__What you will do__
Give an exact copy of the lines from the beginning of the listing below to the "#32=CIRCLE('',#31,15.);" line, inclusive.
··· Input data ···
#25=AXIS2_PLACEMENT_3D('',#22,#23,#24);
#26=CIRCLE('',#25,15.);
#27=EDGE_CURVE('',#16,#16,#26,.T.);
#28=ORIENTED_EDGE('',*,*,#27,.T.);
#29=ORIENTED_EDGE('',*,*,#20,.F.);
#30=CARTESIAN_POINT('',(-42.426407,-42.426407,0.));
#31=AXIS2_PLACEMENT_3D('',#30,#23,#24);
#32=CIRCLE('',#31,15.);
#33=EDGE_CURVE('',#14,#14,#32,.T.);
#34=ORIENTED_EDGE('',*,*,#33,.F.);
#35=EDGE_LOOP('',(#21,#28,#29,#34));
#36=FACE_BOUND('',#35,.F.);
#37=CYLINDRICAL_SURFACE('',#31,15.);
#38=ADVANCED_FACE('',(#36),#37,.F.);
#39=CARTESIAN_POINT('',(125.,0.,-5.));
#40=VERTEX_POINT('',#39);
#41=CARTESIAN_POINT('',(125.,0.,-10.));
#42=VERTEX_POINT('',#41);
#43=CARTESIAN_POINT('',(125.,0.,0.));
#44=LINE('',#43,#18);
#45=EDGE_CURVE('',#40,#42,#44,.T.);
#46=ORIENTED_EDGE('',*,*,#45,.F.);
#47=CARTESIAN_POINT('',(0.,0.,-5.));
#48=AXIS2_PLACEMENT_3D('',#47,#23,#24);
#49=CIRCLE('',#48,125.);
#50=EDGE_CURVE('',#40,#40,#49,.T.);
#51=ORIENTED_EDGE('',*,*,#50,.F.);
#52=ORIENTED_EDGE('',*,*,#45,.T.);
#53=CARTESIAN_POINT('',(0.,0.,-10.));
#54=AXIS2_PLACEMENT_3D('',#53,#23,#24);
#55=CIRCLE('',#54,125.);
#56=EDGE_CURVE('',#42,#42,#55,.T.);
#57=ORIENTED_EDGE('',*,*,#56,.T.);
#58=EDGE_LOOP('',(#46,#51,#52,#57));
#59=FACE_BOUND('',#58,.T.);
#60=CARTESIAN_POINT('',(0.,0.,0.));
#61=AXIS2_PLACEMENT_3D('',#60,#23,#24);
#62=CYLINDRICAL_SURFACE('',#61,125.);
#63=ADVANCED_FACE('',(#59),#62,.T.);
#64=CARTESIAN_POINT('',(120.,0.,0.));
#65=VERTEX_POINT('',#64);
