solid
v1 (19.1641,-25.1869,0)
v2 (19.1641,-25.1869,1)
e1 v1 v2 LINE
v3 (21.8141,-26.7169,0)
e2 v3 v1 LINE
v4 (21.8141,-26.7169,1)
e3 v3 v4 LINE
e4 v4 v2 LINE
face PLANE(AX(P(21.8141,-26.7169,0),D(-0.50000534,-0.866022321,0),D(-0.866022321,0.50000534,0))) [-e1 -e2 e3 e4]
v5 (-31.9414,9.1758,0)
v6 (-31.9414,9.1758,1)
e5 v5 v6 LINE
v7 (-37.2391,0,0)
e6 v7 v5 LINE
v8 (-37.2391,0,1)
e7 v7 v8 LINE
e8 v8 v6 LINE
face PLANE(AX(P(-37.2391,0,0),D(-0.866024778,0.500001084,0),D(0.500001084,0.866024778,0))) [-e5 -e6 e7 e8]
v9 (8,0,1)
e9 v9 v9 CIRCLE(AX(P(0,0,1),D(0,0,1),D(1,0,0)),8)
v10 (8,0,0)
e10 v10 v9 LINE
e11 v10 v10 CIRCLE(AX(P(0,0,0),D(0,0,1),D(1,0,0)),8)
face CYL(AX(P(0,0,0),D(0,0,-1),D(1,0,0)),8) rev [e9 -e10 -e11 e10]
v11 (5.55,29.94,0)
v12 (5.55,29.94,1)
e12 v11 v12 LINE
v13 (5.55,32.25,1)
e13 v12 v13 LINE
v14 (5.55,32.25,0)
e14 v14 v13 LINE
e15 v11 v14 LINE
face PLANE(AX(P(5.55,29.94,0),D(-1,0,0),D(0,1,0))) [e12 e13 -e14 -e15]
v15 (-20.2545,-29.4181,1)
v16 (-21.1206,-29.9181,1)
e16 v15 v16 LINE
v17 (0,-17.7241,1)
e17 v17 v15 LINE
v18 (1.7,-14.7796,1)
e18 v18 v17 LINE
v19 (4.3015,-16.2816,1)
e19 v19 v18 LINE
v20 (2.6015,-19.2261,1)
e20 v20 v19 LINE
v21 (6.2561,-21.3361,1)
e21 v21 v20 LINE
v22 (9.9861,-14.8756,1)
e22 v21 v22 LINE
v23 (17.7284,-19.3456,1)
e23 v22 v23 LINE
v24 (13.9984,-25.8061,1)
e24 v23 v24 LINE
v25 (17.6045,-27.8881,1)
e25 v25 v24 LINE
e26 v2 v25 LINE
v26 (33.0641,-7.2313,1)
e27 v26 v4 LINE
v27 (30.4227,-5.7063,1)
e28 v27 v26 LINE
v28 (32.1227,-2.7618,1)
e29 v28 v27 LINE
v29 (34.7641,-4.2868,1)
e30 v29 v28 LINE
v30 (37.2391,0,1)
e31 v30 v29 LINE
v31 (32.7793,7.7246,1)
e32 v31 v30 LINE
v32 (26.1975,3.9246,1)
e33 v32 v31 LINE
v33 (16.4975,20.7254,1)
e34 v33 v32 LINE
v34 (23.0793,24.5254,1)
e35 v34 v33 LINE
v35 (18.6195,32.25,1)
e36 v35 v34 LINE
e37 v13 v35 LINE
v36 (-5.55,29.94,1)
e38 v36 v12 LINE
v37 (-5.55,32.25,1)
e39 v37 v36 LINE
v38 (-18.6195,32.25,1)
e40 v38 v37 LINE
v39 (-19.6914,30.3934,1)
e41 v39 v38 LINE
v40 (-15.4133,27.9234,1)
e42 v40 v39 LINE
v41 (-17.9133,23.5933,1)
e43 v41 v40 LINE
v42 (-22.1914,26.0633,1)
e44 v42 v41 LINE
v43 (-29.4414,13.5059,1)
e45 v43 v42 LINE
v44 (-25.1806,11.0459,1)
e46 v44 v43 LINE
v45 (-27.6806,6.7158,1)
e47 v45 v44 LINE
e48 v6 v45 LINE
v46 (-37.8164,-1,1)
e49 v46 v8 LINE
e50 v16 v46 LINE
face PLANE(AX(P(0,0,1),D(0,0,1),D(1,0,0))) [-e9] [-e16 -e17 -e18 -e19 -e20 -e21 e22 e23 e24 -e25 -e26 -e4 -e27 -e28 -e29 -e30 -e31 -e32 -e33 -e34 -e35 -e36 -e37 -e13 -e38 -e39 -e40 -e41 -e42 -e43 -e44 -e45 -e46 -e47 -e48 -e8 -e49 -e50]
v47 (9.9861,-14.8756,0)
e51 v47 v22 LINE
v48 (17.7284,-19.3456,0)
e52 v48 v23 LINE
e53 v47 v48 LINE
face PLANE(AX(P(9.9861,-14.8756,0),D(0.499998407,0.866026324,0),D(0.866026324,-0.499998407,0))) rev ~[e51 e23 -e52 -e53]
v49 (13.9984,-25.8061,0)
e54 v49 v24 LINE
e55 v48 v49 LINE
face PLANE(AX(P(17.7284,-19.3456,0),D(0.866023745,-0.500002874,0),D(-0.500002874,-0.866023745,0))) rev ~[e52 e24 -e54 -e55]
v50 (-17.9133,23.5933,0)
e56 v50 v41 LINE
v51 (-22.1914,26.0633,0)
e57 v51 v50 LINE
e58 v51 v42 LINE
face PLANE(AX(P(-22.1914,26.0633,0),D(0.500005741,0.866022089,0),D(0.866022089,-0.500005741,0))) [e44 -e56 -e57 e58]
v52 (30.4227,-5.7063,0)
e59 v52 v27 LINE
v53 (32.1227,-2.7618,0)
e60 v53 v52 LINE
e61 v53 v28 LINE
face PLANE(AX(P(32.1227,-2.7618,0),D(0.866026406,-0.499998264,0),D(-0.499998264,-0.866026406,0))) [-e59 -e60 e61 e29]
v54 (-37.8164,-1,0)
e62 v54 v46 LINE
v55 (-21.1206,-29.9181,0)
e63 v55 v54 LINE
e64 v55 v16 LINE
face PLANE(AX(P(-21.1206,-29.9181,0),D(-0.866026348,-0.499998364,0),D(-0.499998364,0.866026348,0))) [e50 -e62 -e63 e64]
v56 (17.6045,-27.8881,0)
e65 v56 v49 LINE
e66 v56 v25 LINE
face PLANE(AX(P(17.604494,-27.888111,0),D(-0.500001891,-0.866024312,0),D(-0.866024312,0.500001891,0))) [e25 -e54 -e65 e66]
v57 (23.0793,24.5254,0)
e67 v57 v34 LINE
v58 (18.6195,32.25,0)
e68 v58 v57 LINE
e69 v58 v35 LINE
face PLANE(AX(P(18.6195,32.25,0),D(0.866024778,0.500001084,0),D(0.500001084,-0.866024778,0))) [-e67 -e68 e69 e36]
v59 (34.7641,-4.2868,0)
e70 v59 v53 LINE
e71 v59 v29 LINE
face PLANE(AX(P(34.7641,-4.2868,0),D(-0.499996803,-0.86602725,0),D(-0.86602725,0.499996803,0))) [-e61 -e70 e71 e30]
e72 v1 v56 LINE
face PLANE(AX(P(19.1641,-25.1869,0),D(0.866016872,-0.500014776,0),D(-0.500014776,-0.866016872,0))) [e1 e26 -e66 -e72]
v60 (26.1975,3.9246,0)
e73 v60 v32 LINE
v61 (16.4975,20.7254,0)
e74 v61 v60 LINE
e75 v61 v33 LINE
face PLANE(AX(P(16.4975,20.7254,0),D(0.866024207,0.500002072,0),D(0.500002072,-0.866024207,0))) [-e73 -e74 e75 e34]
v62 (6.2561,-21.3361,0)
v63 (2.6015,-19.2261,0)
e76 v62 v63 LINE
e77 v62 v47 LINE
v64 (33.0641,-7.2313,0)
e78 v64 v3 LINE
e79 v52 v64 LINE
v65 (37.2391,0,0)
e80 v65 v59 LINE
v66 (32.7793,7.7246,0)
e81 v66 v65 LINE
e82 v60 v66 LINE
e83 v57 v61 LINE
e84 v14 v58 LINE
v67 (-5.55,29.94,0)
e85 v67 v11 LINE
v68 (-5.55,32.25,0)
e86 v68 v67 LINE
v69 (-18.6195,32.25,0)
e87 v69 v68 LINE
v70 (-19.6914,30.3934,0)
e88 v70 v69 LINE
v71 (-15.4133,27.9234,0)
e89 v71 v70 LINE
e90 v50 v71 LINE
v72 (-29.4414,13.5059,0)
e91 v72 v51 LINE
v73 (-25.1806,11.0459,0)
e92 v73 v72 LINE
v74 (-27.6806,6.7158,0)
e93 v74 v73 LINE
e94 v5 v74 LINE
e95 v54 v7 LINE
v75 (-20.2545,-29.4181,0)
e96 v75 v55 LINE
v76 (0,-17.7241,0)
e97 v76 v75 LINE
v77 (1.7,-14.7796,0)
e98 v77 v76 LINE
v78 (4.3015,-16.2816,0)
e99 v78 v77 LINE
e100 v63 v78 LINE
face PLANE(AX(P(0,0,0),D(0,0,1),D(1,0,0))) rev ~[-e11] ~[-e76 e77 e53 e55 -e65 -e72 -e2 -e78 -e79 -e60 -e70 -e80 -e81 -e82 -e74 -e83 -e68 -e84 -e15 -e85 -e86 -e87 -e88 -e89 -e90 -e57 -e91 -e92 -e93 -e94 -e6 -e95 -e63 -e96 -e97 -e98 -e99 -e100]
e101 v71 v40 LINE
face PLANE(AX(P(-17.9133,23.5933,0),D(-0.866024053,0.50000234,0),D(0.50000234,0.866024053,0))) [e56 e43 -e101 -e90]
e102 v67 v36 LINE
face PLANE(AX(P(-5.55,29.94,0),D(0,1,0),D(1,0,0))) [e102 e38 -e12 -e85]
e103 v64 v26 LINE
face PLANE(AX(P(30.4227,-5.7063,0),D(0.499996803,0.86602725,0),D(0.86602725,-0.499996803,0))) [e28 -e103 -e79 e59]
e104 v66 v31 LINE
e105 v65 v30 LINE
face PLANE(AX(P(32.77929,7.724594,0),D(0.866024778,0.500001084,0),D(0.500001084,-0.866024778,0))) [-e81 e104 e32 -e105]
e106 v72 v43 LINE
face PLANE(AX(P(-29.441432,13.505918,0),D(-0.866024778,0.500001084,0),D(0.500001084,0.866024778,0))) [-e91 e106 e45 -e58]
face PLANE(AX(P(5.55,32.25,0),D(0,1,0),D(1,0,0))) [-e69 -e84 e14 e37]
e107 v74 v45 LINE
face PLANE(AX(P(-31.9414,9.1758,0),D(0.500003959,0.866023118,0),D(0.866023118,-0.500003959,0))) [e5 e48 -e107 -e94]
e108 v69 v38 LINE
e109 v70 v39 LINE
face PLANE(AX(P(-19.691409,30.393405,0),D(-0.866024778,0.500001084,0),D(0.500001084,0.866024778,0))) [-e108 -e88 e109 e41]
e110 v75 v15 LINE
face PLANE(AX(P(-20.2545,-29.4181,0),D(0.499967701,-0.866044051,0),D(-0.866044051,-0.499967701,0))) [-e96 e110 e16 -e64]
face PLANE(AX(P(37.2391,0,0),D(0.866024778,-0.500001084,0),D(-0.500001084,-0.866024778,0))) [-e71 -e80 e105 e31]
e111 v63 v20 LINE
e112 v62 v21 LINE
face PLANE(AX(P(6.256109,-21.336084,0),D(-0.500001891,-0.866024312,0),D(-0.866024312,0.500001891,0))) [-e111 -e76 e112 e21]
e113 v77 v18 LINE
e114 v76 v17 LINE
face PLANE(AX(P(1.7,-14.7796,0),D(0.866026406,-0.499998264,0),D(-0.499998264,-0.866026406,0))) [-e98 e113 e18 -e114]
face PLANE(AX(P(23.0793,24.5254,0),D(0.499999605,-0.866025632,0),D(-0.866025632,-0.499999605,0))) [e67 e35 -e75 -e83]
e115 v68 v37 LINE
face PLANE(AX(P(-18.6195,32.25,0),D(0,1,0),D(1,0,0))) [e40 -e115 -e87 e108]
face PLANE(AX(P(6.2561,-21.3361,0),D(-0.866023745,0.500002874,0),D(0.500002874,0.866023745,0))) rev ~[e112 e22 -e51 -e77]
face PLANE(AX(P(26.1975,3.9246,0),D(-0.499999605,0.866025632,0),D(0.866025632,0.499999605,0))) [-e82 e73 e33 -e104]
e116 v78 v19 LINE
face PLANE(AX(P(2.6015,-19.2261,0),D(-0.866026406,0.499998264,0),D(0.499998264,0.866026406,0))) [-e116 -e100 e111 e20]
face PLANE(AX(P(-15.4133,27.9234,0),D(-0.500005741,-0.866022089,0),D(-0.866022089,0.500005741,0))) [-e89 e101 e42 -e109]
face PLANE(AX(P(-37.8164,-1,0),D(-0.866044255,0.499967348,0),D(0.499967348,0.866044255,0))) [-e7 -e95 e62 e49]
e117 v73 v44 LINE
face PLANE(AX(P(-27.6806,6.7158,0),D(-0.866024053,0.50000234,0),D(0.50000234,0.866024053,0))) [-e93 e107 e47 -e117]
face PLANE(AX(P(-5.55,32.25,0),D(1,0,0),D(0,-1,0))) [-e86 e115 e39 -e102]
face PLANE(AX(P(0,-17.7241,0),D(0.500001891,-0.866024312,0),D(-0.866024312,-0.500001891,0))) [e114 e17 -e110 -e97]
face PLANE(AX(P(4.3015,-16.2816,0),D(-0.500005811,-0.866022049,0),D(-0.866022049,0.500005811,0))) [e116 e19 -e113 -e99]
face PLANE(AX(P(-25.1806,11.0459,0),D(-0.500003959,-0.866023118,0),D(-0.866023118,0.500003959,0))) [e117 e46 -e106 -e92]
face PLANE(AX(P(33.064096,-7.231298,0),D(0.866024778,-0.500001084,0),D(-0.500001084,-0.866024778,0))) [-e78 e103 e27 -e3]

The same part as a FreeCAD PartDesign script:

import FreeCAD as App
import Part
import Sketcher

V = App.Vector
Q = App.Units.Quantity

doc = App.newDocument("Part")
body = doc.addObject("PartDesign::Body", "Body")

# Sketch on XY plane
sketch1 = body.newObject("Sketcher::SketchObject", "Sketch")
sketch1.AttachmentSupport = (doc.getObject("XY_Plane"), [""])
sketch1.MapMode = "FlatFace"
sketch1.addGeometry(Part.LineSegment(V(34.764106, -4.286803, 0), V(37.2391, 0, 0)), False)
sketch1.addGeometry(Part.LineSegment(V(37.2391, 0, 0), V(32.77929, 7.724594, 0)), False)
sketch1.addGeometry(Part.LineSegment(V(32.7793, 7.7246, 0), V(26.1975, 3.9246, 0)), False)
sketch1.addGeometry(Part.LineSegment(V(26.1975, 3.9246, 0), V(16.4975, 20.7254, 0)), False)
sketch1.addGeometry(Part.LineSegment(V(16.4975, 20.7254, 0), V(23.0793, 24.5254, 0)), False)
sketch1.addGeometry(Part.LineSegment(V(23.07931, 24.525406, 0), V(18.6195, 32.25, 0)), False)
sketch1.addGeometry(Part.LineSegment(V(18.6195, 32.25, 0), V(5.55, 32.25, 0)), False)
sketch1.addGeometry(Part.LineSegment(V(5.55, 32.25, 0), V(5.55, 29.94, 0)), False)
sketch1.addGeometry(Part.LineSegment(V(5.55, 29.94, 0), V(-5.55, 29.94, 0)), False)
sketch1.addGeometry(Part.LineSegment(V(-5.55, 29.94, 0), V(-5.55, 32.25, 0)), False)
sketch1.addGeometry(Part.LineSegment(V(-5.55, 32.25, 0), V(-18.6195, 32.25, 0)), False)
sketch1.addGeometry(Part.LineSegment(V(-18.6195, 32.25, 0), V(-19.691409, 30.393405, 0)), False)
sketch1.addGeometry(Part.LineSegment(V(-19.6914, 30.3934, 0), V(-15.4133, 27.9234, 0)), False)
sketch1.addGeometry(Part.LineSegment(V(-15.4133, 27.9234, 0), V(-17.9133, 23.5933, 0)), False)
sketch1.addGeometry(Part.LineSegment(V(-17.9133, 23.5933, 0), V(-22.1914, 26.0633, 0)), False)
sketch1.addGeometry(Part.LineSegment(V(-22.191402, 26.063301, 0), V(-29.441432, 13.505918, 0)), False)
sketch1.addGeometry(Part.LineSegment(V(-29.4414, 13.5059, 0), V(-25.1806, 11.0459, 0)), False)
sketch1.addGeometry(Part.LineSegment(V(-25.1806, 11.0459, 0), V(-27.6806, 6.7158, 0)), False)
sketch1.addGeometry(Part.LineSegment(V(-27.6806, 6.7158, 0), V(-31.9414, 9.1758, 0)), False)
sketch1.addGeometry(Part.LineSegment(V(-31.941426, 9.175815, 0), V(-37.2391, 0, 0)), False)
sketch1.addGeometry(Part.LineSegment(V(-37.2391, 0, 0), V(-37.8164, -1, 0)), False)
sketch1.addGeometry(Part.LineSegment(V(-37.8164, -1, 0), V(-21.1206, -29.9181, 0)), False)
sketch1.addGeometry(Part.LineSegment(V(-21.1206, -29.9181, 0), V(-20.2545, -29.4181, 0)), False)
sketch1.addGeometry(Part.LineSegment(V(-20.2545, -29.4181, 0), V(0, -17.7241, 0)), False)
sketch1.addGeometry(Part.LineSegment(V(0, -17.7241, 0), V(1.7, -14.7796, 0)), False)
sketch1.addGeometry(Part.LineSegment(V(1.7, -14.7796, 0), V(4.3015, -16.2816, 0)), False)
sketch1.addGeometry(Part.LineSegment(V(4.3015, -16.2816, 0), V(2.6015, -19.2261, 0)), False)
sketch1.addGeometry(Part.LineSegment(V(2.601507, -19.226088, 0), V(6.256109, -21.336084, 0)), False)
sketch1.addGeometry(Part.LineSegment(V(6.2561, -21.3361, 0), V(9.9861, -14.8756, 0)), False)
sketch1.addGeometry(Part.LineSegment(V(9.9861, -14.8756, 0), V(17.7284, -19.3456, 0)), False)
···
__Reply__
#25=AXIS2_PLACEMENT_3D('',#22,#23,#24);
#26=CIRCLE('',#25,15.);
#27=EDGE_CURVE('',#16,#16,#26,.T.);
#28=ORIENTED_EDGE('',*,*,#27,.T.);
#29=ORIENTED_EDGE('',*,*,#20,.F.);
#30=CARTESIAN_POINT('',(-42.426407,-42.426407,0.));
#31=AXIS2_PLACEMENT_3D('',#30,#23,#24);
#32=CIRCLE('',#31,15.);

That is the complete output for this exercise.